ASSIGNMENT
The following data has a line with "#57=AXIS2_PLACEMENT_3D('',#55,#56,#17);" and a line with "#83=CARTESIAN_POINT('',(12.5,-3.25,0.85));". Write out exactly those lines and all the lines between them.

GIVEN ENTRIES
- - - - - - -

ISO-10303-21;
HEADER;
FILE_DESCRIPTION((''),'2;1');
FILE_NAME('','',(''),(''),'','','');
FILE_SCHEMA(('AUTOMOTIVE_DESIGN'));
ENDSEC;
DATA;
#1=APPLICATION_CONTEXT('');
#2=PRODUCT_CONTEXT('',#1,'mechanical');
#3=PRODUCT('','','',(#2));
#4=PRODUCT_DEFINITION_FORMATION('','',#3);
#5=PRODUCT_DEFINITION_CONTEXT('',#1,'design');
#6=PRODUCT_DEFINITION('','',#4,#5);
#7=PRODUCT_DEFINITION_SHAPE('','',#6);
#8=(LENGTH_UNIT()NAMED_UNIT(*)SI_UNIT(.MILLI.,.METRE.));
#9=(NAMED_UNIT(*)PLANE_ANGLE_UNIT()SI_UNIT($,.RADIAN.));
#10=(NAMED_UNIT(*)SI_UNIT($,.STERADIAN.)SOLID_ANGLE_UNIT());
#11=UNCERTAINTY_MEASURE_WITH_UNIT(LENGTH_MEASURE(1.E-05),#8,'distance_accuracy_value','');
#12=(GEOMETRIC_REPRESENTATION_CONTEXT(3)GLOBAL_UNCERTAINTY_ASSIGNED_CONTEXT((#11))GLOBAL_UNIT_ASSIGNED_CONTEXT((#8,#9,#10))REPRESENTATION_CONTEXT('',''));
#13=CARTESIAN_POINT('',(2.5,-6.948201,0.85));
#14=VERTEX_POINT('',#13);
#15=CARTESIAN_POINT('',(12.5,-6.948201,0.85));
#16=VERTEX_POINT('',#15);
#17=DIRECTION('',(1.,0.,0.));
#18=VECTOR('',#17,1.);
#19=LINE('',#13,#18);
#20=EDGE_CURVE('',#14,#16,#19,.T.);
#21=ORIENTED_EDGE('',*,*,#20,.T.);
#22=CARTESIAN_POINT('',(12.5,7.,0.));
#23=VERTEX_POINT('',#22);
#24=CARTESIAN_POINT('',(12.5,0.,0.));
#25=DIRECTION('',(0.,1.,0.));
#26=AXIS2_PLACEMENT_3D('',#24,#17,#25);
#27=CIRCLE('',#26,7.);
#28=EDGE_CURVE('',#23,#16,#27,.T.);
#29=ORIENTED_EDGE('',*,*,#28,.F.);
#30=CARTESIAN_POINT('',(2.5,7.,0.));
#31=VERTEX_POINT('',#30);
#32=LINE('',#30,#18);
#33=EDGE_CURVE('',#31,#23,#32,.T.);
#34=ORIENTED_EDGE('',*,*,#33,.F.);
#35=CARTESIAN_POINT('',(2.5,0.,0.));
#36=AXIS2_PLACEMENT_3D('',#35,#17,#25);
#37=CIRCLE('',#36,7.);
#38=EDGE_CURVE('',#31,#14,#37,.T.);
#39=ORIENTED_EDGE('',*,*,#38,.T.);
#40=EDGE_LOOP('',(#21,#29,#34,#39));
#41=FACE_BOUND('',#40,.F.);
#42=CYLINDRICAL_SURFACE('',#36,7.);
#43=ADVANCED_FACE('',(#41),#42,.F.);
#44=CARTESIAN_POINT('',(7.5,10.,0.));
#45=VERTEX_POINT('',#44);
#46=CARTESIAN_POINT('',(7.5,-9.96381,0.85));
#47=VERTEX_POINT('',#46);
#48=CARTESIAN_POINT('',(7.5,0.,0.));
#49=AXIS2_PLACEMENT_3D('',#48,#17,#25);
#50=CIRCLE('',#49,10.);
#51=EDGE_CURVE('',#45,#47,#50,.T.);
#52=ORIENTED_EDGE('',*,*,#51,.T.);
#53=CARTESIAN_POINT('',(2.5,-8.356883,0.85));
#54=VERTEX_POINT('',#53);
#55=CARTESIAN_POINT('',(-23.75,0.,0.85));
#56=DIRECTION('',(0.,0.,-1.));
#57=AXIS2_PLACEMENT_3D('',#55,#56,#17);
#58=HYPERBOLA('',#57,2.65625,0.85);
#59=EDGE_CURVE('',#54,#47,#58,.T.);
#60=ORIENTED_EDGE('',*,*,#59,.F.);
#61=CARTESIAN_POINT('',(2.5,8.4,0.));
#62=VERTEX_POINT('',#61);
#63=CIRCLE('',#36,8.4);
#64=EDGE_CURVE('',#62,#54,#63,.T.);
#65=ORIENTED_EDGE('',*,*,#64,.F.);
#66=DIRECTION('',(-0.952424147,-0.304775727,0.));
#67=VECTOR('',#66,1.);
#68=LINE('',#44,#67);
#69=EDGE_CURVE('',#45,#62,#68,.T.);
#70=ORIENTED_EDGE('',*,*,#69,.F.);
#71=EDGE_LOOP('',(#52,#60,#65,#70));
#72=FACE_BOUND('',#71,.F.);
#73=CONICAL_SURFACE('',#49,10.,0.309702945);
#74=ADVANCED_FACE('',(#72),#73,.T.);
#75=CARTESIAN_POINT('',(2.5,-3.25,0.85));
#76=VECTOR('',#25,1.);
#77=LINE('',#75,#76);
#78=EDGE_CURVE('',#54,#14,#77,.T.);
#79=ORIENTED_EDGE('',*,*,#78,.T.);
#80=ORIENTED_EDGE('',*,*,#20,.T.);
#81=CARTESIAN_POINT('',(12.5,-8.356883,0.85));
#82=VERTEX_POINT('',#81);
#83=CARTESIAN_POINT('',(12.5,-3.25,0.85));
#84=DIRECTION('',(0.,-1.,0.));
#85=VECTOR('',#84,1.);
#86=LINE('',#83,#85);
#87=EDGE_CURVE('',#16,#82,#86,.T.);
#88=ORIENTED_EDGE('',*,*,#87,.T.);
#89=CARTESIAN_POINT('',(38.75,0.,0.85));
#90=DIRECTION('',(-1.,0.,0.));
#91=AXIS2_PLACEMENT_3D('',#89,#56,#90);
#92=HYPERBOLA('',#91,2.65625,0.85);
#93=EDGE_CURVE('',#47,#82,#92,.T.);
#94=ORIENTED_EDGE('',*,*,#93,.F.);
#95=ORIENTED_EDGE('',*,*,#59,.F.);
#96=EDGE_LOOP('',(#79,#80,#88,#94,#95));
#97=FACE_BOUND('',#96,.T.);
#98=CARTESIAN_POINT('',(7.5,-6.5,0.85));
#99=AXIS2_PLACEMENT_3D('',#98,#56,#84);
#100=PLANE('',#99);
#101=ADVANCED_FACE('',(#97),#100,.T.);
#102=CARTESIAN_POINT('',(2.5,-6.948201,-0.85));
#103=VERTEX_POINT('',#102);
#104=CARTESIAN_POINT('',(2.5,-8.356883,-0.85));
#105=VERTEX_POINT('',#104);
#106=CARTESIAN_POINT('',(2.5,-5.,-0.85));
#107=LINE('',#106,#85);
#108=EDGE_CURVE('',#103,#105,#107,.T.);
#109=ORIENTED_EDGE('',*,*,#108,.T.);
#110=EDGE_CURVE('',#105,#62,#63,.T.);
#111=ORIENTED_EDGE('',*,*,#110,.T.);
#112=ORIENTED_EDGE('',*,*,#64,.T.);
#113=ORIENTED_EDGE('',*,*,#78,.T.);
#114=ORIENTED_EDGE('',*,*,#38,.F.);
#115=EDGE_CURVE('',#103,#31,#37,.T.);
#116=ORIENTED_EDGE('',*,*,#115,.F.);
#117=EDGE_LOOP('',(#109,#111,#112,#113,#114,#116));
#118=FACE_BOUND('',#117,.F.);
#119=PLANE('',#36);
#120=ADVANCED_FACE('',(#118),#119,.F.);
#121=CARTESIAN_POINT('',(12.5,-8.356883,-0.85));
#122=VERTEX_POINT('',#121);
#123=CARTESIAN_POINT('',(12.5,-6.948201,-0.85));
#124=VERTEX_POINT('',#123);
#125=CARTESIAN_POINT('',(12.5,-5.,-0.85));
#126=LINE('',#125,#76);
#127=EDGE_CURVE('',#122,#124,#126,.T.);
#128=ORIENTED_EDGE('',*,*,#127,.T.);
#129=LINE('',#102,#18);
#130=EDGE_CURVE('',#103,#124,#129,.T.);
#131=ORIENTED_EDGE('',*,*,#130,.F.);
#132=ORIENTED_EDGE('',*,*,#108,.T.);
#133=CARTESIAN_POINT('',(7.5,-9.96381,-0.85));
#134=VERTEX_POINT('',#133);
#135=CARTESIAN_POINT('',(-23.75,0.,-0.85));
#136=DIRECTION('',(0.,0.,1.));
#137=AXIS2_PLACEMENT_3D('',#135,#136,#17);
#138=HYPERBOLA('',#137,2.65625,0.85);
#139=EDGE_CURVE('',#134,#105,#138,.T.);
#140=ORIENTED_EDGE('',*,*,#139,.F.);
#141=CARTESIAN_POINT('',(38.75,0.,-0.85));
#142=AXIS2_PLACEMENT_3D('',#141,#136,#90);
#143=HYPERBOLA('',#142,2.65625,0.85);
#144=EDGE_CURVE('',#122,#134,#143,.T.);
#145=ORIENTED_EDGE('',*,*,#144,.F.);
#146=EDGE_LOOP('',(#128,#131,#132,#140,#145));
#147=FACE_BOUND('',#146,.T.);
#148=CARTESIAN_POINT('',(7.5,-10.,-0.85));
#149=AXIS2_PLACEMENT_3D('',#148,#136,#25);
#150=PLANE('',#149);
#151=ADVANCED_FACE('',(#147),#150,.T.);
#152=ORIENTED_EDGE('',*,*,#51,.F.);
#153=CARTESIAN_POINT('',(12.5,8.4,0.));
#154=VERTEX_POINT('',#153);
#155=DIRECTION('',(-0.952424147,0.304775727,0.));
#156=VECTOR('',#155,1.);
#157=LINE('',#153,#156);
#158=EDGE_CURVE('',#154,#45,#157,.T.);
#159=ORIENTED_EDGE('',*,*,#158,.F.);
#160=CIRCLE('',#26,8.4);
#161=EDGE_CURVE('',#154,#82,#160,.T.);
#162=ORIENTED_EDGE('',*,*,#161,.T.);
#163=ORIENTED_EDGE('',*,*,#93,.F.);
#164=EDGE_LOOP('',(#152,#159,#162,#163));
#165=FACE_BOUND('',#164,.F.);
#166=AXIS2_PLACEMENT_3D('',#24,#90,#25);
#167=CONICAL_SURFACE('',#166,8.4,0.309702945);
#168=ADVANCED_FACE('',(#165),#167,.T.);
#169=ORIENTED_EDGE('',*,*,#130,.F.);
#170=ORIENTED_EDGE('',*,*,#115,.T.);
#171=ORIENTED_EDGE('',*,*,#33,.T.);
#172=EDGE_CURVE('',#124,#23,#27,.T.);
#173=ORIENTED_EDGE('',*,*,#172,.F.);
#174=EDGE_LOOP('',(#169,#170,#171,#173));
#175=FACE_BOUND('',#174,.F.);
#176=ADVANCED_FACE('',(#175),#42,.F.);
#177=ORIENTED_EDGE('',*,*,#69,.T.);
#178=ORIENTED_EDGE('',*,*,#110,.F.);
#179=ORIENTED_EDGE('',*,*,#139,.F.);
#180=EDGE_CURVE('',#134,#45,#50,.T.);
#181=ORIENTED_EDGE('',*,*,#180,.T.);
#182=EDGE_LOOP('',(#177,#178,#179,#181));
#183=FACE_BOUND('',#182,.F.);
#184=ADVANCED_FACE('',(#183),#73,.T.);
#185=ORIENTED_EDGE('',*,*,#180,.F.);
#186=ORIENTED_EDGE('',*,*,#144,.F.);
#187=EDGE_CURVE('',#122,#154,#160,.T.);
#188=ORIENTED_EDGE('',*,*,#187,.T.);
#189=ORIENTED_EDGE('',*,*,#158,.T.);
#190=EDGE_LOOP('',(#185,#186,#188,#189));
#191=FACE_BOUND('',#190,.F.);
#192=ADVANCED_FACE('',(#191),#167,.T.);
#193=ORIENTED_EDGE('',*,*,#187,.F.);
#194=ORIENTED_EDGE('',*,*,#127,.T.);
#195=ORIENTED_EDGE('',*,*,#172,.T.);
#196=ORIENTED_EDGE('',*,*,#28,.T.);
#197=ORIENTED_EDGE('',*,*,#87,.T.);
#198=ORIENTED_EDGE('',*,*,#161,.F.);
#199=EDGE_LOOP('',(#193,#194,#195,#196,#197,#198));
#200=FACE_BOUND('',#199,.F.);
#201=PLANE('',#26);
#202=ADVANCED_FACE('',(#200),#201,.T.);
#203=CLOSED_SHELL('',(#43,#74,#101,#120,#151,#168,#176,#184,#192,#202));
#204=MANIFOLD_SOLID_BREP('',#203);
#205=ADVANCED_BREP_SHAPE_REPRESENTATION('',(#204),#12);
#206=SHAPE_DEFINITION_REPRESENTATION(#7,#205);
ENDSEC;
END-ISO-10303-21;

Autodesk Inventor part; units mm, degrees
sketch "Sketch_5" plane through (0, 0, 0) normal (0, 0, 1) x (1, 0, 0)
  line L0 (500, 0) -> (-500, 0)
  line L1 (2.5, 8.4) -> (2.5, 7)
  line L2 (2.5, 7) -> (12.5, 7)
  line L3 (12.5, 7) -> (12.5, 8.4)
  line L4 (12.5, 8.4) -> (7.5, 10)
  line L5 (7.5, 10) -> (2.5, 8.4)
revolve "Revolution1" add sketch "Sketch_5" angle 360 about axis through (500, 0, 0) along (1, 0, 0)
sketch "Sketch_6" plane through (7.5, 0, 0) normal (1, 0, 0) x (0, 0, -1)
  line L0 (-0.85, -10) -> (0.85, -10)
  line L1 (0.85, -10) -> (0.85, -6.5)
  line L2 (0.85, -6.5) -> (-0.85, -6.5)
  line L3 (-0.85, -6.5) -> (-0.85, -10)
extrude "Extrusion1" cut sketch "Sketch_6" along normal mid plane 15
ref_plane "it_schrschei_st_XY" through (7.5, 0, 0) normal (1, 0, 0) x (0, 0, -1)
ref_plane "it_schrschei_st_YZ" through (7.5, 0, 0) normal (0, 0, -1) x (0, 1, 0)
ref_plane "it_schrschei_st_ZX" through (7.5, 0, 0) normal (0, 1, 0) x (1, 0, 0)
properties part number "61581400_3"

- - - - - - -

SOLUTION FOR THIS TASK
#57=AXIS2_PLACEMENT_3D('',#55,#56,#17);
#58=HYPERBOLA('',#57,2.65625,0.85);
#59=EDGE_CURVE('',#54,#47,#58,.T.);
#60=ORIENTED_EDGE('',*,*,#59,.F.);
#61=CARTESIAN_POINT('',(2.5,8.4,0.));
#62=VERTEX_POINT('',#61);
#63=CIRCLE('',#36,8.4);
#64=EDGE_CURVE('',#62,#54,#63,.T.);
#65=ORIENTED_EDGE('',*,*,#64,.F.);
#66=DIRECTION('',(-0.952424147,-0.304775727,0.));
#67=VECTOR('',#66,1.);
#68=LINE('',#44,#67);
#69=EDGE_CURVE('',#45,#62,#68,.T.);
#70=ORIENTED_EDGE('',*,*,#69,.F.);
#71=EDGE_LOOP('',(#52,#60,#65,#70));
#72=FACE_BOUND('',#71,.F.);
#73=CONICAL_SURFACE('',#49,10.,0.309702945);
#74=ADVANCED_FACE('',(#72),#73,.T.);
#75=CARTESIAN_POINT('',(2.5,-3.25,0.85));
#76=VECTOR('',#25,1.);
#77=LINE('',#75,#76);
#78=EDGE_CURVE('',#54,#14,#77,.T.);
#79=ORIENTED_EDGE('',*,*,#78,.T.);
#80=ORIENTED_EDGE('',*,*,#20,.T.);
#81=CARTESIAN_POINT('',(12.5,-8.356883,0.85));
#82=VERTEX_POINT('',#81);
#83=CARTESIAN_POINT('',(12.5,-3.25,0.85));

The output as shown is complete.